* [PROBLEM DESCRIPTION]:
Below are the records; copy exactly the stretch from the line containing "#44=AXIS2_PLACEMENT_3D('',#43,#16,#17);" through the line containing "#110=FACE_BOUND('',#109,.F.);", both ends included, and nothing else.

* [Records from a data source]:
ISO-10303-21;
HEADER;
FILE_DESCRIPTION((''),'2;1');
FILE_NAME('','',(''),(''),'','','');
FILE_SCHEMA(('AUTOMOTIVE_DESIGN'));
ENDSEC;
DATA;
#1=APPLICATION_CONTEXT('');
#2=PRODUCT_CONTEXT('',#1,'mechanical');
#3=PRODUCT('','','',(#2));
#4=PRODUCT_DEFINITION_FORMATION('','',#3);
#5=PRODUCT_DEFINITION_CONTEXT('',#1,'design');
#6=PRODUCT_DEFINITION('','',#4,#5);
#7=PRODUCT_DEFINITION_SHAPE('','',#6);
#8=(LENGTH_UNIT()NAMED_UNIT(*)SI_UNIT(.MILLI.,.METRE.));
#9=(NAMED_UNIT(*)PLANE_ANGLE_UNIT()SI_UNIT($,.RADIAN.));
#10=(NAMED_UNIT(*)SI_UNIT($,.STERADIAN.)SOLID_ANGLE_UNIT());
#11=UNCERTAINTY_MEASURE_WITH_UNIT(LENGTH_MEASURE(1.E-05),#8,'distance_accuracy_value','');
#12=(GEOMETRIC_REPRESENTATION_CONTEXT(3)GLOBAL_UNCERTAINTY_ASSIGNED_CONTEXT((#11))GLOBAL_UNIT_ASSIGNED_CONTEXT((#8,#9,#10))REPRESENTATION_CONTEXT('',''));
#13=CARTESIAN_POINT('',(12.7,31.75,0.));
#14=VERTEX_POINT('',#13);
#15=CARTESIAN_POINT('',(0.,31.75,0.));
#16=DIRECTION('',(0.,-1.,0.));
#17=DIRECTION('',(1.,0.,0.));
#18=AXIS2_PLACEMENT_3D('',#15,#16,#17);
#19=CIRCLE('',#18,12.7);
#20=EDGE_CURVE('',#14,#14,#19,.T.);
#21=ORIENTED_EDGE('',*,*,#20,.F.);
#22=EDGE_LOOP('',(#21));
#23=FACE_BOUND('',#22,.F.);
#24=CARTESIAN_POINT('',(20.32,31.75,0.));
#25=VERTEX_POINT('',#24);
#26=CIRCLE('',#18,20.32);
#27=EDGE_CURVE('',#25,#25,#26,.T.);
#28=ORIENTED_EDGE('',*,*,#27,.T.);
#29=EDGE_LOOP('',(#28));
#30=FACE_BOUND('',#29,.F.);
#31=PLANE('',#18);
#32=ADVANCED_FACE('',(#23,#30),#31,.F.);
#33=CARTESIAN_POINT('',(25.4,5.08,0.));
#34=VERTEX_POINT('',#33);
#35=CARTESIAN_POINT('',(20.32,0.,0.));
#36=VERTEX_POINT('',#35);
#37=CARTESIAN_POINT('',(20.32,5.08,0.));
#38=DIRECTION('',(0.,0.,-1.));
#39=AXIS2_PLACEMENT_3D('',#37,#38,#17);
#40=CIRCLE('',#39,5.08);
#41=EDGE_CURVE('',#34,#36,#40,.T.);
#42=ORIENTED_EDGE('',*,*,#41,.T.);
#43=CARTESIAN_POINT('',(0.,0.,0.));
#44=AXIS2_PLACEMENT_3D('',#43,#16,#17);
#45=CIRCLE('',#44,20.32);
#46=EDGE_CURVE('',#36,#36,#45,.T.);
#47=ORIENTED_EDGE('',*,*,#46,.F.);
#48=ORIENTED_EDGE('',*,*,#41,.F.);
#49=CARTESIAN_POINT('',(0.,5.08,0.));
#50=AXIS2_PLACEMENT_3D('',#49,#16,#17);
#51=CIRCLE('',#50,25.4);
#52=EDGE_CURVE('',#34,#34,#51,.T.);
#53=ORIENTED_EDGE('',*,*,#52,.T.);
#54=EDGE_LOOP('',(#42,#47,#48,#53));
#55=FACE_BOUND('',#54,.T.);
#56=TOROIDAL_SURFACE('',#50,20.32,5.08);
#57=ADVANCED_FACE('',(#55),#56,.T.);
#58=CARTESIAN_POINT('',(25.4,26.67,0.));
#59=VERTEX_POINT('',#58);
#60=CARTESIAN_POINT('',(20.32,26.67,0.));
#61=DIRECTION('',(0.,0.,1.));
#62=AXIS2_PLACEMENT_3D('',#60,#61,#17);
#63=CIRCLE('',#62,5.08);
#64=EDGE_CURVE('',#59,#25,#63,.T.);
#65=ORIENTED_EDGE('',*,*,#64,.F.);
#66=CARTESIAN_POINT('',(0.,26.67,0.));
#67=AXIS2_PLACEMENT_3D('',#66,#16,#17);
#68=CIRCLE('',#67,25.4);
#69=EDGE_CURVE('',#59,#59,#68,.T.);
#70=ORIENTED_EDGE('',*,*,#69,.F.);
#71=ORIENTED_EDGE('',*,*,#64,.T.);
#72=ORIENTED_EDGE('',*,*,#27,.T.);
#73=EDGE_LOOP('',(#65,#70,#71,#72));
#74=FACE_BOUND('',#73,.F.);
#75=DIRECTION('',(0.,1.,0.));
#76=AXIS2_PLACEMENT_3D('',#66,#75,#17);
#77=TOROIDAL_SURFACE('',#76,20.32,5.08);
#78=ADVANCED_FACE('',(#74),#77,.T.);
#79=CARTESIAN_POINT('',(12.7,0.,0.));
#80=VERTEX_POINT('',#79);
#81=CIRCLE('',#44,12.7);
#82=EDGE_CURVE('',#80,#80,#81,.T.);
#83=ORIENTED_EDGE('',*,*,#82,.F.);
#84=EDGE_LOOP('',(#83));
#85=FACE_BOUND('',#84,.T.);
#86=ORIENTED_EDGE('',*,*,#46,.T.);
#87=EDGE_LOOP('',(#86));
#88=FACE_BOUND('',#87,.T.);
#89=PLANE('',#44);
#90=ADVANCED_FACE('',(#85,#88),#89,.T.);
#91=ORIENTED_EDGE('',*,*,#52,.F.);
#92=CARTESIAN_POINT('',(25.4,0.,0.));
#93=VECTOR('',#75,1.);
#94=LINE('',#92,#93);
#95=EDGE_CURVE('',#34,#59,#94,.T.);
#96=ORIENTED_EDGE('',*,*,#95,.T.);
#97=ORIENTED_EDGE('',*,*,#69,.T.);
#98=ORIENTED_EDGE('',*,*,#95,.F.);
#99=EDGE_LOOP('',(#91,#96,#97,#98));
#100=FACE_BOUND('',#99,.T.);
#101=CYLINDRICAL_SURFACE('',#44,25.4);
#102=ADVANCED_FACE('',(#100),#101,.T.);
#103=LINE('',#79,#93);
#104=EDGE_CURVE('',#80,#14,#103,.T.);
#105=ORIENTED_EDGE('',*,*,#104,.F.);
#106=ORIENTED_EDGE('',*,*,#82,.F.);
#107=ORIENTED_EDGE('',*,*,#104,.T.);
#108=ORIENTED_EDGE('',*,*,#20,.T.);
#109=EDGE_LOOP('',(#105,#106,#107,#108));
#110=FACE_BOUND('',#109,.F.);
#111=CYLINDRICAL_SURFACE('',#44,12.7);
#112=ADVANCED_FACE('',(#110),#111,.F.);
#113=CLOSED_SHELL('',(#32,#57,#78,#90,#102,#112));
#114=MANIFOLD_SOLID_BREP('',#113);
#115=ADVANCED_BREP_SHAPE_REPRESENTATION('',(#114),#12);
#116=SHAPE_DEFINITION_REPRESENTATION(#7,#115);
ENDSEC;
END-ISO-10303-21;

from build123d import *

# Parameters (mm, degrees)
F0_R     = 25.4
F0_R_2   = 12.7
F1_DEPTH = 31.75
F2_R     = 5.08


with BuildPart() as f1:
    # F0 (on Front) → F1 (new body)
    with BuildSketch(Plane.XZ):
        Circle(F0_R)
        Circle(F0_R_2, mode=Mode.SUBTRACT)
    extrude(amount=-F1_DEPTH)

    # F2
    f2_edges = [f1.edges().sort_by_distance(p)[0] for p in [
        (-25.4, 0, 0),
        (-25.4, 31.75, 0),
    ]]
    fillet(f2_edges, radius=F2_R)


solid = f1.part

---

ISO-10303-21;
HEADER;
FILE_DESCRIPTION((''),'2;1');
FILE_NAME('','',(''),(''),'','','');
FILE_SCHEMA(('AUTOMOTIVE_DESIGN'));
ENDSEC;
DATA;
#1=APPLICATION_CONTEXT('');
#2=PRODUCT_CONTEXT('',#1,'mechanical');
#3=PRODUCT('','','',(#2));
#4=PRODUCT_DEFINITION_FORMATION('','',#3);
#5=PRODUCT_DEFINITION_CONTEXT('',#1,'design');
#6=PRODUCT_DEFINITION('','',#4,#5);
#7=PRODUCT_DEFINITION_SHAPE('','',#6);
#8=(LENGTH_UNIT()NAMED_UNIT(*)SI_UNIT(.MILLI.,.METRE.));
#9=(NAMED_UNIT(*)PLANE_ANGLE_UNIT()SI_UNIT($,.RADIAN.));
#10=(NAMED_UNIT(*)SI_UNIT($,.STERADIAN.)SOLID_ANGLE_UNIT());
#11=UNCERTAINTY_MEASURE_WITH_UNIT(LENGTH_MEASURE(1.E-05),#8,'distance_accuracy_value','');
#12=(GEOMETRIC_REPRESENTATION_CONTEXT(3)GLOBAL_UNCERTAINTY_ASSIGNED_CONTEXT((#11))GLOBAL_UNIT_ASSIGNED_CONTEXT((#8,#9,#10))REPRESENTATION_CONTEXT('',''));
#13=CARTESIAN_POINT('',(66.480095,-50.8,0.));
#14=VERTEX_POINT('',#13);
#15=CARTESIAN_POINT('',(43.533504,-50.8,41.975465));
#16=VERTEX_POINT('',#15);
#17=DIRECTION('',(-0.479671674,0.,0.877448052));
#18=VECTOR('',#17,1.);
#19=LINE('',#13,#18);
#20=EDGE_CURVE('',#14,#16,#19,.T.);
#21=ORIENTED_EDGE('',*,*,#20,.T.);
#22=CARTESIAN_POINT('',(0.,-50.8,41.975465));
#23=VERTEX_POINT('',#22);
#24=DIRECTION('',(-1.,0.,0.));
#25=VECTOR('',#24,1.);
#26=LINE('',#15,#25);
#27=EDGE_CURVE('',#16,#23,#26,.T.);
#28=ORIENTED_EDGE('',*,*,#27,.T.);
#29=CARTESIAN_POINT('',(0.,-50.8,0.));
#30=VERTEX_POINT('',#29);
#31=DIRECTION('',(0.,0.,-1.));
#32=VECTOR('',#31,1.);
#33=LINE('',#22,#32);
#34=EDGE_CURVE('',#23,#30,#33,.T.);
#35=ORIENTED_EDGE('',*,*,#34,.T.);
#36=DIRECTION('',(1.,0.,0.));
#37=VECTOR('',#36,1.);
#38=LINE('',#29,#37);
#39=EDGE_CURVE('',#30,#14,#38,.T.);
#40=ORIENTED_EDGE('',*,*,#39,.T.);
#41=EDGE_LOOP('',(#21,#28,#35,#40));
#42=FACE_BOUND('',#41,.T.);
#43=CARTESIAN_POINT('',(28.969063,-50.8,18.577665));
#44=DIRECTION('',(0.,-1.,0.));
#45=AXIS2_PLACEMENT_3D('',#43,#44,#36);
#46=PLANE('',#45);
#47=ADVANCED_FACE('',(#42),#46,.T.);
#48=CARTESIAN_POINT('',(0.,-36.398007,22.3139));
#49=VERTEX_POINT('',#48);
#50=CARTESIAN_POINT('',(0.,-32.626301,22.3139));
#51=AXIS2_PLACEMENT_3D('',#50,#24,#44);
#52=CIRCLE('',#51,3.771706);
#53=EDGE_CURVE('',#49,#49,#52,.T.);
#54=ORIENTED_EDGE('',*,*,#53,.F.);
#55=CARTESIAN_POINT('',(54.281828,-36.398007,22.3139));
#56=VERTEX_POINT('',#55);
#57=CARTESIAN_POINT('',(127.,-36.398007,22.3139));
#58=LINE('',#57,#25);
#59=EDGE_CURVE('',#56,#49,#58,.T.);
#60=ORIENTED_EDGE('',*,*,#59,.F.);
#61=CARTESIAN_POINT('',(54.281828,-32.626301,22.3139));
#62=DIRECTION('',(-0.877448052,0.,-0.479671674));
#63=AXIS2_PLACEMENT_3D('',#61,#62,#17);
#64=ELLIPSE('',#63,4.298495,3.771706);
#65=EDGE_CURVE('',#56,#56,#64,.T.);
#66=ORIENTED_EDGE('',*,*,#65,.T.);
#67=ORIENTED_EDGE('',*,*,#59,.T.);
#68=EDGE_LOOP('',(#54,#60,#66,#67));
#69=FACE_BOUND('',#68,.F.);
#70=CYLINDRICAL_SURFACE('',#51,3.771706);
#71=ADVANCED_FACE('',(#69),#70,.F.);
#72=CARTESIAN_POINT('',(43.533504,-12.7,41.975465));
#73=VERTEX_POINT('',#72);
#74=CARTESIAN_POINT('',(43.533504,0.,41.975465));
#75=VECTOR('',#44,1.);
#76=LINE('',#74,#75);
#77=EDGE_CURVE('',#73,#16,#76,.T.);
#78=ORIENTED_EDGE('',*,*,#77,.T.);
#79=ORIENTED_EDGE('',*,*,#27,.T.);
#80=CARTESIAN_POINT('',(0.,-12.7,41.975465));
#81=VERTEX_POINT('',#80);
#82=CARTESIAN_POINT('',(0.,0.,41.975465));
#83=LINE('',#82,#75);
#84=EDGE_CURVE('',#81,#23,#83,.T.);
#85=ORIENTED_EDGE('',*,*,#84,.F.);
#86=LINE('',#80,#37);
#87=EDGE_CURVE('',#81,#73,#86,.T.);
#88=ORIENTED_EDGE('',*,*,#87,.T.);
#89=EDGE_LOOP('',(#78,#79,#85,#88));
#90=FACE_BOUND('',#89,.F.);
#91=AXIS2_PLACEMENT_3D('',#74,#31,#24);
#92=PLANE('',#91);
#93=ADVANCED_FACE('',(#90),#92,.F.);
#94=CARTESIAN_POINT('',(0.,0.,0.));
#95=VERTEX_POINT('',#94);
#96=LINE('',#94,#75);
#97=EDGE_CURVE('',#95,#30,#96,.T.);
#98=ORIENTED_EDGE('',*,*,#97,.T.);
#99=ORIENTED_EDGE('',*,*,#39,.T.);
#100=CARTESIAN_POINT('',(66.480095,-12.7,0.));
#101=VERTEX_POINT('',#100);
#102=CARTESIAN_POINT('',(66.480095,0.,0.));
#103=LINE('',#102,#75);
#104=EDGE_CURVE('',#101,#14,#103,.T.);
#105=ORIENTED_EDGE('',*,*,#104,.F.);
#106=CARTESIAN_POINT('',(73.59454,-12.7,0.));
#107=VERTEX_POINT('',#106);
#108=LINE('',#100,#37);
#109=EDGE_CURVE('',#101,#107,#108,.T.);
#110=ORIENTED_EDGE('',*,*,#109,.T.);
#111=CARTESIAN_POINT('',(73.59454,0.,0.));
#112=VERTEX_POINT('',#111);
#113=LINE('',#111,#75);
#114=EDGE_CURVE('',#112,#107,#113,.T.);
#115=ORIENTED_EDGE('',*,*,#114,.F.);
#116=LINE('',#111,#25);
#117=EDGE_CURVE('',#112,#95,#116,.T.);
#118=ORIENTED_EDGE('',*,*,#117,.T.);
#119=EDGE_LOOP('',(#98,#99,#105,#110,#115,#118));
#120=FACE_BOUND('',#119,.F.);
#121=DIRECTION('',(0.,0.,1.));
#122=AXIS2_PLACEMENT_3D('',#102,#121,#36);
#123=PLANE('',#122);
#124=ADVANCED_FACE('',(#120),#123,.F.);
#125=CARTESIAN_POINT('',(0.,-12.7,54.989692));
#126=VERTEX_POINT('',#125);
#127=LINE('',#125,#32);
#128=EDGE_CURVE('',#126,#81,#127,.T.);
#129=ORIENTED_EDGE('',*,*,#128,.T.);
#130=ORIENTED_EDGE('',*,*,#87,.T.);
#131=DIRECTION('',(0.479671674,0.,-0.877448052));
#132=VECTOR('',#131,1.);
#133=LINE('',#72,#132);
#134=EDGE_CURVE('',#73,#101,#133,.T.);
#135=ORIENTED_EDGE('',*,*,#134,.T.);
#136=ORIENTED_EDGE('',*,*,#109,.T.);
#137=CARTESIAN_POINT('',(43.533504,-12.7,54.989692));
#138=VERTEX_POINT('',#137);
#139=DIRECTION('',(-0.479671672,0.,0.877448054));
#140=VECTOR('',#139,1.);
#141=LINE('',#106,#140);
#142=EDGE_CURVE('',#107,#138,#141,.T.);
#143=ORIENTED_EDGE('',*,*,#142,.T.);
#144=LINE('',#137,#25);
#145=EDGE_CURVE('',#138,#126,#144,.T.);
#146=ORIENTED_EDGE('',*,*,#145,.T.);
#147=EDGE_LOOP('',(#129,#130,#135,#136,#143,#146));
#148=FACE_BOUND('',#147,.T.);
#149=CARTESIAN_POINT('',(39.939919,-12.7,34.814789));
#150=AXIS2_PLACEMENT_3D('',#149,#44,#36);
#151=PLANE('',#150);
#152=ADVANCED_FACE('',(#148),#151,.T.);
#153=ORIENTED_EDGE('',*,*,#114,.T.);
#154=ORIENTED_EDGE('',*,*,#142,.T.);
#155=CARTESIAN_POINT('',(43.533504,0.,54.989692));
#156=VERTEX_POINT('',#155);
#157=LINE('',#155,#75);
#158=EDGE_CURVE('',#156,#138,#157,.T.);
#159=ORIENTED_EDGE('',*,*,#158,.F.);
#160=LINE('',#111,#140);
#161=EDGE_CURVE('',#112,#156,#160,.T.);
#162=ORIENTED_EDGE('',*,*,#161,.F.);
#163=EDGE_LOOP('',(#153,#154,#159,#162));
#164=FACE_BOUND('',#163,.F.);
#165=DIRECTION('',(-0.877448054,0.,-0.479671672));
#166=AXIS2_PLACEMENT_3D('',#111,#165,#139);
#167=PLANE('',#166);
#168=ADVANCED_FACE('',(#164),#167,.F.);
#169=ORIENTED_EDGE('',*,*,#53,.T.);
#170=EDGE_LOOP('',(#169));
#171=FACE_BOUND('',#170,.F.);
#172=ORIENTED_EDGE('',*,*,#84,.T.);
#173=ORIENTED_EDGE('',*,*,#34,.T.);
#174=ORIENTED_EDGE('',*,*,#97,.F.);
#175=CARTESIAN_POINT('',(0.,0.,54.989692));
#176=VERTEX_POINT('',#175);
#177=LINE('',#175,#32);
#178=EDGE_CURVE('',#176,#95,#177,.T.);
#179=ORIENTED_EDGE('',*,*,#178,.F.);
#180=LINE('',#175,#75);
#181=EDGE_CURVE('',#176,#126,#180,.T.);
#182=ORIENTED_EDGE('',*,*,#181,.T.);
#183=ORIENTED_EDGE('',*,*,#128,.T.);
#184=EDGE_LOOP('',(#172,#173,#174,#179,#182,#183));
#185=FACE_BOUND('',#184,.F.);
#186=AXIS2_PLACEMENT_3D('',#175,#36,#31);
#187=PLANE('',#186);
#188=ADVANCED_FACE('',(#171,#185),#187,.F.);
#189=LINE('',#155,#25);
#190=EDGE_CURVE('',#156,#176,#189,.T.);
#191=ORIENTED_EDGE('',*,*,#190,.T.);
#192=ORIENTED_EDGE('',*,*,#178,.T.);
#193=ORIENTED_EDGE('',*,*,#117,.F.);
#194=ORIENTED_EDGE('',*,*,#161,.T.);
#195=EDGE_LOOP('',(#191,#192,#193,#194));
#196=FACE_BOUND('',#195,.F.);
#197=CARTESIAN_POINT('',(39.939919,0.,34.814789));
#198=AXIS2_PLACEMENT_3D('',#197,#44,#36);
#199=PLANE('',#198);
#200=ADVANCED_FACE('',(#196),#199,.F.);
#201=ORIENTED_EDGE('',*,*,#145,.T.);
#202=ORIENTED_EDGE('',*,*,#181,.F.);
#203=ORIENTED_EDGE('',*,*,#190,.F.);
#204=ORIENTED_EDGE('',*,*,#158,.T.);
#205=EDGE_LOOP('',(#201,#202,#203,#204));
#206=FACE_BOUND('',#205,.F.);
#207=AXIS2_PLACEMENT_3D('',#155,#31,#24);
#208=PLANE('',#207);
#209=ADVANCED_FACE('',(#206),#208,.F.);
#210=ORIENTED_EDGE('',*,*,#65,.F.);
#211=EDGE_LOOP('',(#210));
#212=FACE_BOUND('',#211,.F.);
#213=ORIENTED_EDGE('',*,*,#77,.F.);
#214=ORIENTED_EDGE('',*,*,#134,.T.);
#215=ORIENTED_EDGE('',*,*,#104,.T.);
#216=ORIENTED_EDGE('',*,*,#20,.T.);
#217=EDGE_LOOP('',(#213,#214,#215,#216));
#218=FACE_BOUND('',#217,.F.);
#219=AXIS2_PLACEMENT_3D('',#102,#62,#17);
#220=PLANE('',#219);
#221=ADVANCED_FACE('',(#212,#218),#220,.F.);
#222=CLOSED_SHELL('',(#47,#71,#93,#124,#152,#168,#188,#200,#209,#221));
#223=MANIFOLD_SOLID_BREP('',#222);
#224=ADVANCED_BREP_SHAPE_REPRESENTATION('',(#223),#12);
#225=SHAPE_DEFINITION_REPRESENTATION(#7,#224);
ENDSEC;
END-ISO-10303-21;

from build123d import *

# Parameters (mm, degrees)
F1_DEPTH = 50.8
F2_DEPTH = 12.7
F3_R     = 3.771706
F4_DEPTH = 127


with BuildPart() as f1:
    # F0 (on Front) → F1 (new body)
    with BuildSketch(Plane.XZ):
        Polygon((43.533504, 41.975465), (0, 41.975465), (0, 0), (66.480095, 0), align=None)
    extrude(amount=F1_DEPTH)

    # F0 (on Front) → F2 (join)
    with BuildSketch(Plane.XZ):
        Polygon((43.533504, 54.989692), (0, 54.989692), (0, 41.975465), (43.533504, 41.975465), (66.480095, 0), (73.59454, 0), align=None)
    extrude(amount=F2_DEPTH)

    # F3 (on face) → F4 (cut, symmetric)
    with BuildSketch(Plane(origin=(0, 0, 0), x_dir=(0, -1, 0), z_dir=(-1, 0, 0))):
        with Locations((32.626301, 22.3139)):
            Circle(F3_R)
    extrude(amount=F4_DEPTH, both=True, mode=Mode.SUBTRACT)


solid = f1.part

* [TASK RESPONSE]:
#44=AXIS2_PLACEMENT_3D('',#43,#16,#17);
#45=CIRCLE('',#44,20.32);
#46=EDGE_CURVE('',#36,#36,#45,.T.);
#47=ORIENTED_EDGE('',*,*,#46,.F.);
#48=ORIENTED_EDGE('',*,*,#41,.F.);
#49=CARTESIAN_POINT('',(0.,5.08,0.));
#50=AXIS2_PLACEMENT_3D('',#49,#16,#17);
#51=CIRCLE('',#50,25.4);
#52=EDGE_CURVE('',#34,#34,#51,.T.);
#53=ORIENTED_EDGE('',*,*,#52,.T.);
#54=EDGE_LOOP('',(#42,#47,#48,#53));
#55=FACE_BOUND('',#54,.T.);
#56=TOROIDAL_SURFACE('',#50,20.32,5.08);
#57=ADVANCED_FACE('',(#55),#56,.T.);
#58=CARTESIAN_POINT('',(25.4,26.67,0.));
#59=VERTEX_POINT('',#58);
#60=CARTESIAN_POINT('',(20.32,26.67,0.));
#61=DIRECTION('',(0.,0.,1.));
#62=AXIS2_PLACEMENT_3D('',#60,#61,#17);
#63=CIRCLE('',#62,5.08);
#64=EDGE_CURVE('',#59,#25,#63,.T.);
#65=ORIENTED_EDGE('',*,*,#64,.F.);
#66=CARTESIAN_POINT('',(0.,26.67,0.));
#67=AXIS2_PLACEMENT_3D('',#66,#16,#17);
#68=CIRCLE('',#67,25.4);
#69=EDGE_CURVE('',#59,#59,#68,.T.);
#70=ORIENTED_EDGE('',*,*,#69,.F.);
#71=ORIENTED_EDGE('',*,*,#64,.T.);
#72=ORIENTED_EDGE('',*,*,#27,.T.);
#73=EDGE_LOOP('',(#65,#70,#71,#72));
#74=FACE_BOUND('',#73,.F.);
#75=DIRECTION('',(0.,1.,0.));
#76=AXIS2_PLACEMENT_3D('',#66,#75,#17);
#77=TOROIDAL_SURFACE('',#76,20.32,5.08);
#78=ADVANCED_FACE('',(#74),#77,.T.);
#79=CARTESIAN_POINT('',(12.7,0.,0.));
#80=VERTEX_POINT('',#79);
#81=CIRCLE('',#44,12.7);
#82=EDGE_CURVE('',#80,#80,#81,.T.);
#83=ORIENTED_EDGE('',*,*,#82,.F.);
#84=EDGE_LOOP('',(#83));
#85=FACE_BOUND('',#84,.T.);
#86=ORIENTED_EDGE('',*,*,#46,.T.);
#87=EDGE_LOOP('',(#86));
#88=FACE_BOUND('',#87,.T.);
#89=PLANE('',#44);
#90=ADVANCED_FACE('',(#85,#88),#89,.T.);
#91=ORIENTED_EDGE('',*,*,#52,.F.);
#92=CARTESIAN_POINT('',(25.4,0.,0.));
#93=VECTOR('',#75,1.);
#94=LINE('',#92,#93);
#95=EDGE_CURVE('',#34,#59,#94,.T.);
#96=ORIENTED_EDGE('',*,*,#95,.T.);
#97=ORIENTED_EDGE('',*,*,#69,.T.);
#98=ORIENTED_EDGE('',*,*,#95,.F.);
#99=EDGE_LOOP('',(#91,#96,#97,#98));
#100=FACE_BOUND('',#99,.T.);
#101=CYLINDRICAL_SURFACE('',#44,25.4);
#102=ADVANCED_FACE('',(#100),#101,.T.);
#103=LINE('',#79,#93);
#104=EDGE_CURVE('',#80,#14,#103,.T.);
#105=ORIENTED_EDGE('',*,*,#104,.F.);
#106=ORIENTED_EDGE('',*,*,#82,.F.);
#107=ORIENTED_EDGE('',*,*,#104,.T.);
#108=ORIENTED_EDGE('',*,*,#20,.T.);
#109=EDGE_LOOP('',(#105,#106,#107,#108));
#110=FACE_BOUND('',#109,.F.);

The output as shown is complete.